All Products
Search
Document Center

Tair:Read/write splitting architecture

Last Updated:Mar 04, 2024

Tair introduces the read/write splitting architecture to handle read-heavy workloads. This architecture offers a high level of availability, performance, and flexibility in delivering read/write splitting services. This architecture allows a large number of clients to concurrently read hot data from read replicas and minimizes O&M costs.

Components

A read/write splitting instance contains a master node, multiple read replicas, multiple proxy nodes, and a high availability (HA) system.

Figure 1. Cloud-native (cloud disk-based) read/write splitting instance云盘读写分离版

Figure 2. Classic (local disk-based) read/write splitting instance本地盘读写分离版

Component

Cloud-native read/write splitting instance (recommend)

Classic read/write splitting instance

Master node

The master node processes all write requests. It also processes specific read requests together with read replicas.

Read replica

Read replicas handle read requests and have the following benefits:

  • All read replicas can be used as replica nodes to back up data and ensure disaster recovery.

  • Read replicas synchronize data from the master node by using star replication. Therefore, the synchronization latency of cloud-native instances is far less than that of classic instances that use chained replication.

  • The number of read replicas can be specified. Valid values: 1 to 5.

  • Optimized binlog files are used to replicate data. This way, you do not need to perform full data synchronization.

Read replicas handle read requests and have the following benefits:

  • Read replicas use chained replication. If your instance contains a large number of read replicas, the read replicas located at the end of the chain experience higher latency.

  • The number of read replicas can be set to 1, 3, or 5.

  • Optimized binlog files are used to replicate data. This way, you do not need to perform full data synchronization.

Replica node

No replica nodes are provided. Read replicas are used as replica nodes. If the master node fails, requests are switched to a random read replica.

Cloud-native read/write splitting instances cost less than classic read/write splitting instances that have the same specifications because of the lack of replica nodes.

A replica node serves as a cold standby node to back up data and does not provide services.
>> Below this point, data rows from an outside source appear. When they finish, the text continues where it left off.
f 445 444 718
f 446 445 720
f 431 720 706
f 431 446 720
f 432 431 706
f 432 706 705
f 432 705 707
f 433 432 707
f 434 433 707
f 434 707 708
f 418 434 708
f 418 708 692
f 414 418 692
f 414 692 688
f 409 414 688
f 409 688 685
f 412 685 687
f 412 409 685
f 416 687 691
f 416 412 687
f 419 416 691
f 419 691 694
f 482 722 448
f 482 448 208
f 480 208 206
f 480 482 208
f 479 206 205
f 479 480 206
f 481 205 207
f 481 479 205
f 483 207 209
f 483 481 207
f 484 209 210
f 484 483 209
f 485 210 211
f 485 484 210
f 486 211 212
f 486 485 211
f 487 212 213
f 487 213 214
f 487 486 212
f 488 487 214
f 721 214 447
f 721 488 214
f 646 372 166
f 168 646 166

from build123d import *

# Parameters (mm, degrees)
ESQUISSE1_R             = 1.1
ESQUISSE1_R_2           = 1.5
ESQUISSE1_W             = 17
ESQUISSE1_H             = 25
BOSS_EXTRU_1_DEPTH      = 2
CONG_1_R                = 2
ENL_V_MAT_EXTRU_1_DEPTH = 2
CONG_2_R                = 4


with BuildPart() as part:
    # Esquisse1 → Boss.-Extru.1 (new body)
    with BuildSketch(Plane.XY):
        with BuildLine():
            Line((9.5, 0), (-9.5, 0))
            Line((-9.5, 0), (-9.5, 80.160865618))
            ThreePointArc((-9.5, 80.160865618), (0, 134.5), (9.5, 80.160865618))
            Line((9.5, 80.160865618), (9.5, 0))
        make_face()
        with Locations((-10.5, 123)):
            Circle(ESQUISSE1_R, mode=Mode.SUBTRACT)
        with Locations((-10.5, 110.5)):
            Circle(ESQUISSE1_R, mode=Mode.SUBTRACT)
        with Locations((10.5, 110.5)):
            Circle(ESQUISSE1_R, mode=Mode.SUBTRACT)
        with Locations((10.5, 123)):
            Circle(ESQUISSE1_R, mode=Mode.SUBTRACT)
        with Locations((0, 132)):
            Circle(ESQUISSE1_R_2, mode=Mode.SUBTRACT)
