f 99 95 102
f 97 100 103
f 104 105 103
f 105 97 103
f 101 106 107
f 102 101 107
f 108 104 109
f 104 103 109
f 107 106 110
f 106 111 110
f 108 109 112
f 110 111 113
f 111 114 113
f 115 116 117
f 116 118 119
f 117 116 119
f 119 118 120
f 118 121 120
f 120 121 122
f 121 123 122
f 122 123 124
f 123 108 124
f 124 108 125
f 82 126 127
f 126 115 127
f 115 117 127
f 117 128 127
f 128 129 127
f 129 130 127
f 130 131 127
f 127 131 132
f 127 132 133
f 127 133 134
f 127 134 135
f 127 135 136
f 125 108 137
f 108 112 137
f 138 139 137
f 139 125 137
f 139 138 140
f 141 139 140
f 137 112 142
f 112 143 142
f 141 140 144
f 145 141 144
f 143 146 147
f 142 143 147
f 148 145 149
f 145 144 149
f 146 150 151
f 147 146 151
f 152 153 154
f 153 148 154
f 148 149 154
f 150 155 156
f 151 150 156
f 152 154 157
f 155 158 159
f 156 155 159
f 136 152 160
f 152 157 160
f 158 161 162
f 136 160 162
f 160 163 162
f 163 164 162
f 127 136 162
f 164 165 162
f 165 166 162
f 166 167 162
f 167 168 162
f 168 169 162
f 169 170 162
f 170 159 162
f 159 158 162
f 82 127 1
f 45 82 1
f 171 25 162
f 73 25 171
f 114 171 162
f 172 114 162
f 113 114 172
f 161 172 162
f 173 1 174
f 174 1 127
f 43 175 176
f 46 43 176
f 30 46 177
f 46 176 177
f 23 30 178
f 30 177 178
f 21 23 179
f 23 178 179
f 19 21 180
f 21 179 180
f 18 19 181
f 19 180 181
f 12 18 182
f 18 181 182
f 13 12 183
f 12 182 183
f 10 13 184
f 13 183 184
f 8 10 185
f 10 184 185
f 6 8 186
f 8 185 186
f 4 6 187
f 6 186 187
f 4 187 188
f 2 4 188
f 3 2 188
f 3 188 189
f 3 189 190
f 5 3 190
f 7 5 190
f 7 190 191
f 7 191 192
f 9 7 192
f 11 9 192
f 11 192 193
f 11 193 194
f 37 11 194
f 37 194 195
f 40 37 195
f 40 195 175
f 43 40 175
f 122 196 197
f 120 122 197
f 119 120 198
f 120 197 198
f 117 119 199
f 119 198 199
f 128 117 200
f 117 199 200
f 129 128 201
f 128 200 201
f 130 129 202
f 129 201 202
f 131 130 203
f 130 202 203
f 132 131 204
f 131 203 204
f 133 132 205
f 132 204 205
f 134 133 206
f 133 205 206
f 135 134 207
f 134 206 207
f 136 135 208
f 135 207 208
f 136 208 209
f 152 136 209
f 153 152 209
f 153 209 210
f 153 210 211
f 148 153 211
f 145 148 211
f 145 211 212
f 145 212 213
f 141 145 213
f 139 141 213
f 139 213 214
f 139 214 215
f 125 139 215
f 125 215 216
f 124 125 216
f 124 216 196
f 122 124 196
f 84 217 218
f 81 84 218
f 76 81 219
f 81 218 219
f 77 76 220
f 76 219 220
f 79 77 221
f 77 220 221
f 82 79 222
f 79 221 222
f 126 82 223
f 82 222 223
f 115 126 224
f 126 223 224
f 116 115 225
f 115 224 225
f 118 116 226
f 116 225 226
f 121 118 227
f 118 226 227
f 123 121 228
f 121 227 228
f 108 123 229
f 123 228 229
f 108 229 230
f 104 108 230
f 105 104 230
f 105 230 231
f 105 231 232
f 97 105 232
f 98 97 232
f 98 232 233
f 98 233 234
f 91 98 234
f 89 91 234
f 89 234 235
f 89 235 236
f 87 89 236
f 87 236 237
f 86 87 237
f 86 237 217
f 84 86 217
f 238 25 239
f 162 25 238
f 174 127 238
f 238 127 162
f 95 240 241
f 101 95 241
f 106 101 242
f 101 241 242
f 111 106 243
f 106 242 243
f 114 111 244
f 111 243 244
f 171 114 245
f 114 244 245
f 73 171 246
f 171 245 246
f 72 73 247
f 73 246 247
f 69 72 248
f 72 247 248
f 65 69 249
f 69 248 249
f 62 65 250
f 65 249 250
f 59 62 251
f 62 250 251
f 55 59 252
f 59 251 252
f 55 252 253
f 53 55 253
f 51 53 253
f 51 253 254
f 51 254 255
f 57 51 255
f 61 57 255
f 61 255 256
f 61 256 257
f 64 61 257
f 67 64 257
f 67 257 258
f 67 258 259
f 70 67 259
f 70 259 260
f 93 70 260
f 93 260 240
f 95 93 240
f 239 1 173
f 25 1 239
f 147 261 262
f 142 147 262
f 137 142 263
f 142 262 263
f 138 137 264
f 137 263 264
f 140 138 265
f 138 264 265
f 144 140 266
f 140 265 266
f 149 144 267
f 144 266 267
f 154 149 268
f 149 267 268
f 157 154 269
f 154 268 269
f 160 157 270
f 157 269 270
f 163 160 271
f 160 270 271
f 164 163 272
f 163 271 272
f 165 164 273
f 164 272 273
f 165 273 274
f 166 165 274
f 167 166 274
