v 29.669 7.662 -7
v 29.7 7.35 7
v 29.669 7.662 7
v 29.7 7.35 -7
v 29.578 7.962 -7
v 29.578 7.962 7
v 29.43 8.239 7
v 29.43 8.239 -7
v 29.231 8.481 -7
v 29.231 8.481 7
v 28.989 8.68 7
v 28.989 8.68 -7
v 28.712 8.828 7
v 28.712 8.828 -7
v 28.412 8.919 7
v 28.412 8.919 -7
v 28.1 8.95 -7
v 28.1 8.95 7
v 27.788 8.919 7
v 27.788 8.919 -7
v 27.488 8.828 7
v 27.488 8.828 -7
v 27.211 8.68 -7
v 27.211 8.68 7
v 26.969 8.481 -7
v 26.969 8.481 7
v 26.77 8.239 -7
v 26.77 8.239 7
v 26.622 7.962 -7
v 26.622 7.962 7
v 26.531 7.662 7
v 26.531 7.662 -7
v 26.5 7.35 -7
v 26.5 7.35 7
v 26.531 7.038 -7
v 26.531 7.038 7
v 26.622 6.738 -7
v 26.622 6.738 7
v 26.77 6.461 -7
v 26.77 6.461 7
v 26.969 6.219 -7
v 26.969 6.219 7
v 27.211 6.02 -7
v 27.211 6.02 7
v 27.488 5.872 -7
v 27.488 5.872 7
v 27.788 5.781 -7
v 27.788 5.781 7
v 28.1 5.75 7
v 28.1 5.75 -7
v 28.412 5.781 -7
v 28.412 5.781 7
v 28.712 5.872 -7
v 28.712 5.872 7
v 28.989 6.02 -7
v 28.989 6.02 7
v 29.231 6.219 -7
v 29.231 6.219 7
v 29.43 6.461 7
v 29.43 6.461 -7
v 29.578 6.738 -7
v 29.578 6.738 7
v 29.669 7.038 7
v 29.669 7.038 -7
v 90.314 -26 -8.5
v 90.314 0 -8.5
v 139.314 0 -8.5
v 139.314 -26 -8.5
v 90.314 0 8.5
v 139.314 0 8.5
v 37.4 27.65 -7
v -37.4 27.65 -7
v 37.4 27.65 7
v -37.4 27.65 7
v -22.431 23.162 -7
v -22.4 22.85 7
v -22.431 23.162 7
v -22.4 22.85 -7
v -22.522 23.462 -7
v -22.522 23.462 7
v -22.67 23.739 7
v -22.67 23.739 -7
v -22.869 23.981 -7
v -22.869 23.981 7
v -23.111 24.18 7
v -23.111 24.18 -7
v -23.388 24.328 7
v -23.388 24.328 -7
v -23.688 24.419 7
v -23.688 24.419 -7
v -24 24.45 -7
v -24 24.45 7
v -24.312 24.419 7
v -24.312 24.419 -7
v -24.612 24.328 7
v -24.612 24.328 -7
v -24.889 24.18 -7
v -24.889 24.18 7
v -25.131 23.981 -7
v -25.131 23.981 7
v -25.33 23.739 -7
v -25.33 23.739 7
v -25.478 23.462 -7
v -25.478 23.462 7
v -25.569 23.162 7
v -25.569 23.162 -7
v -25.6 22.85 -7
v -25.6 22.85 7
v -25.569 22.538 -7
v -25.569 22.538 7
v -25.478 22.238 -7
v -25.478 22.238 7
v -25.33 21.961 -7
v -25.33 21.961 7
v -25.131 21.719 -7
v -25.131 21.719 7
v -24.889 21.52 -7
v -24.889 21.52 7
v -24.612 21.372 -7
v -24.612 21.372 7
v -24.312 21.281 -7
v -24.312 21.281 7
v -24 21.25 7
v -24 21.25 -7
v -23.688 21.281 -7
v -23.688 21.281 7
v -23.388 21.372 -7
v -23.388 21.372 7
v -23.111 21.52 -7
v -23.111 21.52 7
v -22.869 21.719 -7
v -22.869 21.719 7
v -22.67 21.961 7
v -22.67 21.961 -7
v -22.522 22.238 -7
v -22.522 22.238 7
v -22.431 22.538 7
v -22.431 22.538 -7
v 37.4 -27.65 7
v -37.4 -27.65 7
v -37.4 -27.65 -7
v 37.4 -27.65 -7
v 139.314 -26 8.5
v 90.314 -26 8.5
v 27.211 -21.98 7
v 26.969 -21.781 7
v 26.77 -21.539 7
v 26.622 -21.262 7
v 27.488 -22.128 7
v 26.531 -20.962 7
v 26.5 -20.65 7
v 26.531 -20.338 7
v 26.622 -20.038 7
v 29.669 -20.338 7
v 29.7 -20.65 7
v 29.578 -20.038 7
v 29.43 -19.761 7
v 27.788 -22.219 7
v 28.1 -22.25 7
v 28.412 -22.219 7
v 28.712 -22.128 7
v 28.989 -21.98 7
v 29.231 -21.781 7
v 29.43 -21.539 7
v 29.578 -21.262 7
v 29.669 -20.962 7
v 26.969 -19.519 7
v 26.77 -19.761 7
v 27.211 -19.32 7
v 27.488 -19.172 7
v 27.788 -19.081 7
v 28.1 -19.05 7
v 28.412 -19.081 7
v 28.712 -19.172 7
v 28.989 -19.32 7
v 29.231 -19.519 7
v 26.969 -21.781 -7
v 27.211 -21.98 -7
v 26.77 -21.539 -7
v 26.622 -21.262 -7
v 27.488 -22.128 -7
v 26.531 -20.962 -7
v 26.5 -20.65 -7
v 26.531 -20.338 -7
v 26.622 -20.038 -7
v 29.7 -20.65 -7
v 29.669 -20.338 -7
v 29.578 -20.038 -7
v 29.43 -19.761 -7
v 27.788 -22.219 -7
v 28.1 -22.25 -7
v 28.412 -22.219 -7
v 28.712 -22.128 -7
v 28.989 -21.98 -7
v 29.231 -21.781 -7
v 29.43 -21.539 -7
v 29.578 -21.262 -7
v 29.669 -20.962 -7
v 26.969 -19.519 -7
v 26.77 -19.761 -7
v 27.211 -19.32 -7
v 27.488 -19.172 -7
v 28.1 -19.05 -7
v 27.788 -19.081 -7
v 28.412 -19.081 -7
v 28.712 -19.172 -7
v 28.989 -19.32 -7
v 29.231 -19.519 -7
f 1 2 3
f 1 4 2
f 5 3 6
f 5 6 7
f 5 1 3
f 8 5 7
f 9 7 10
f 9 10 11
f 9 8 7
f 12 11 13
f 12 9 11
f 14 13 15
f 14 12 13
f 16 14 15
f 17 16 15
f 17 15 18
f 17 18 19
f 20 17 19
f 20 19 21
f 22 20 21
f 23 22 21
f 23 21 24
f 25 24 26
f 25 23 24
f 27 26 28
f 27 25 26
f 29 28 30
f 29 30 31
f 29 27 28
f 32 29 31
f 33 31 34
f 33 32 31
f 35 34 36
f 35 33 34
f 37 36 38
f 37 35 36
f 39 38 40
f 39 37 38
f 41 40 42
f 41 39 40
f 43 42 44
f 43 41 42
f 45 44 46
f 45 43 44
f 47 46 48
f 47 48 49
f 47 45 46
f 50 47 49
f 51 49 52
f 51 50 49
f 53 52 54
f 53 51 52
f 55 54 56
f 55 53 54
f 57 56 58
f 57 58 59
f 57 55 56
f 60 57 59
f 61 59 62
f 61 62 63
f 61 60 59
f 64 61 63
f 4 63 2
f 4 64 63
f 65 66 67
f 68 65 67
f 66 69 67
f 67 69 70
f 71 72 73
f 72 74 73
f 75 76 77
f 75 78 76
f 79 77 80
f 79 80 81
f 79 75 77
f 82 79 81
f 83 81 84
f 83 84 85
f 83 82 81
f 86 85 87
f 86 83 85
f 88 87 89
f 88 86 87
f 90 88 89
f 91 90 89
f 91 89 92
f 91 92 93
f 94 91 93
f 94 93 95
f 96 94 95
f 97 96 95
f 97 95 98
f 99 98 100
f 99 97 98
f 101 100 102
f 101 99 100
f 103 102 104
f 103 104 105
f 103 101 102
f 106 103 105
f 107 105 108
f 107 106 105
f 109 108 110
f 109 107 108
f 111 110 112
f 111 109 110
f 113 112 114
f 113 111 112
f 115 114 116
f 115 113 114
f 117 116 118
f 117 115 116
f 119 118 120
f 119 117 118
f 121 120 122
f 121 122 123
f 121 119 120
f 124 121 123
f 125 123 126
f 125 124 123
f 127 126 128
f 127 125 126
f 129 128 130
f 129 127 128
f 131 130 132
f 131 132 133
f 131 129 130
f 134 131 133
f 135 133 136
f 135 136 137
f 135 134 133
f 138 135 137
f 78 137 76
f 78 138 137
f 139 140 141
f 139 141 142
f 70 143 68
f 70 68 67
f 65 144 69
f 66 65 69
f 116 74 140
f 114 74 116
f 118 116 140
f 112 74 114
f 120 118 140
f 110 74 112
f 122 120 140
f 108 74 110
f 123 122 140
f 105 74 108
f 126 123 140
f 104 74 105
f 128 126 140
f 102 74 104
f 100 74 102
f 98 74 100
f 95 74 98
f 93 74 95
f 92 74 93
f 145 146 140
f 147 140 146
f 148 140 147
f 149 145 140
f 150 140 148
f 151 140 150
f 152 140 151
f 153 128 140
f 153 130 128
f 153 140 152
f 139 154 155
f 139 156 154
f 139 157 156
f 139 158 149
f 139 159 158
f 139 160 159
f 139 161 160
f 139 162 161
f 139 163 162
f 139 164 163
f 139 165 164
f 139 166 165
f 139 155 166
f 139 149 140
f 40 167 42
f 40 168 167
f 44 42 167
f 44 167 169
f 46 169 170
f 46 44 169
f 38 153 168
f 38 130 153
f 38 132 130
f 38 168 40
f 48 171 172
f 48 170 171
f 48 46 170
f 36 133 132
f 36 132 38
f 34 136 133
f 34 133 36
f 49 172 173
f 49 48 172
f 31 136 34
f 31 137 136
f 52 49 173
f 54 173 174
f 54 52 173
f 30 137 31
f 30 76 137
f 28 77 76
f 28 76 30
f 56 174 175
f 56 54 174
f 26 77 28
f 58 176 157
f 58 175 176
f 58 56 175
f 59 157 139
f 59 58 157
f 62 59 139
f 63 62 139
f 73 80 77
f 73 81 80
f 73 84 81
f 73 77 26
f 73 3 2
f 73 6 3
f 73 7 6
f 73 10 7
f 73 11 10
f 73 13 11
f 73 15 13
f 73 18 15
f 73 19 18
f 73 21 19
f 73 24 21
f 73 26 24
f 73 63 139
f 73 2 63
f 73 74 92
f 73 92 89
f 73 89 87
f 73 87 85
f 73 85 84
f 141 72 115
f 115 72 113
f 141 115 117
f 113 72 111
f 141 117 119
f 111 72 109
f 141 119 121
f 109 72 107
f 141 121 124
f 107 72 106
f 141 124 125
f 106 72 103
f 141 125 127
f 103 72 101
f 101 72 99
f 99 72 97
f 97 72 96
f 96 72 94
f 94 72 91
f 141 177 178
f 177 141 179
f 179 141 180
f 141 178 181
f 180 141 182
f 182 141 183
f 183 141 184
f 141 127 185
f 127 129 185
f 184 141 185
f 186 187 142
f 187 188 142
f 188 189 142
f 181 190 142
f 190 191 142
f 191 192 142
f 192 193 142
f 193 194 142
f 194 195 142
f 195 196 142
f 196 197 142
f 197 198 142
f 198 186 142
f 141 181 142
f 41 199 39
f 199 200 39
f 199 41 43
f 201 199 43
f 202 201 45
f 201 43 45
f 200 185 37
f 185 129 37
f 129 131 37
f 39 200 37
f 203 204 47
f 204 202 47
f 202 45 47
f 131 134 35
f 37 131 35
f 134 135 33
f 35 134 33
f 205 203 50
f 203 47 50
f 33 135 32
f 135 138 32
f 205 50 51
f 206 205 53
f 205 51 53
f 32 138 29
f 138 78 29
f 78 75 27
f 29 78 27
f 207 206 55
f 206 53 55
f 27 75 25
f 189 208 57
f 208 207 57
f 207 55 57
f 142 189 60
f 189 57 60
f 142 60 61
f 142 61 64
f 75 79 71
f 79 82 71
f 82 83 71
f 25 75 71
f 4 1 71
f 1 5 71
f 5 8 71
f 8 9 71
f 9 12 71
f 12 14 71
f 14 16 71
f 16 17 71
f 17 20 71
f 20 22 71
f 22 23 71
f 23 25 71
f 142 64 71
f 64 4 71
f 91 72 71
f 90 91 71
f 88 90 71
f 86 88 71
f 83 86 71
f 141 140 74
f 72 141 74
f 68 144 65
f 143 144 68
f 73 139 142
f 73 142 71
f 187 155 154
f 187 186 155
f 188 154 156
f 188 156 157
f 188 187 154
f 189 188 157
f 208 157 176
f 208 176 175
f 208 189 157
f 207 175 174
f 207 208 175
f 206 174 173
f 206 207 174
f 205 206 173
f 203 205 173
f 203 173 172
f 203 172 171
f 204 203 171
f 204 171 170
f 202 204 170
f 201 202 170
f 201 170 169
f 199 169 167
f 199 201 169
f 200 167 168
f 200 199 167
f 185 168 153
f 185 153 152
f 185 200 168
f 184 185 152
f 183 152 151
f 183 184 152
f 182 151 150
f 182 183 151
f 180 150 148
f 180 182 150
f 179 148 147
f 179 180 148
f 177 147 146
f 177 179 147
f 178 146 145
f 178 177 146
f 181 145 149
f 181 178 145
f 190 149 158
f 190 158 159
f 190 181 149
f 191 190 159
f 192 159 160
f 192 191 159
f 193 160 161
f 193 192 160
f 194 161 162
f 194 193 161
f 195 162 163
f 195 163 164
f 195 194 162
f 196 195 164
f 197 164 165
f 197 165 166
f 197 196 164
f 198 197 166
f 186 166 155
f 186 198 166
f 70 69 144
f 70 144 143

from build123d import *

# Parameters (mm, degrees)
F0_W     = 74.8
F0_H     = 55.3
F0_R     = 1.6
F1_DEPTH = 7
F2_W     = 49
F2_H     = 26
F3_DEPTH = 8.5


with BuildPart() as f1:
    # F0 (on Top) → F1 (new body, symmetric)
    with BuildSketch(Plane.XY):
        Rectangle(F0_W, F0_H)
        with Locations((28.1, -20.65)):
            Circle(F0_R, mode=Mode.SUBTRACT)
        with Locations((-24, 22.85)):
            Circle(F0_R, mode=Mode.SUBTRACT)
        with Locations((28.1, 7.35)):
            Circle(F0_R, mode=Mode.SUBTRACT)
    extrude(amount=F1_DEPTH, both=True)


with BuildPart() as f3:
    # F2 (on Top) → F3 (new body, symmetric)
    with BuildSketch(Plane.XY):
        with Locations((114.814284, -13)):
            Rectangle(F2_W, F2_H)
    extrude(amount=F3_DEPTH, both=True)


solid = Compound([f1.part, f3.part])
If the master node fails, requests are switched to the replica node.

Proxy node

When a client is connected to a proxy node, the proxy node automatically identifies request types and forwards requests to different nodes based on the node weights. You cannot change the weights. For example, write requests are forwarded to the master node, and read requests are forwarded to the master node and read replicas.

Note
  • Clients must connect to proxy nodes instead of other nodes.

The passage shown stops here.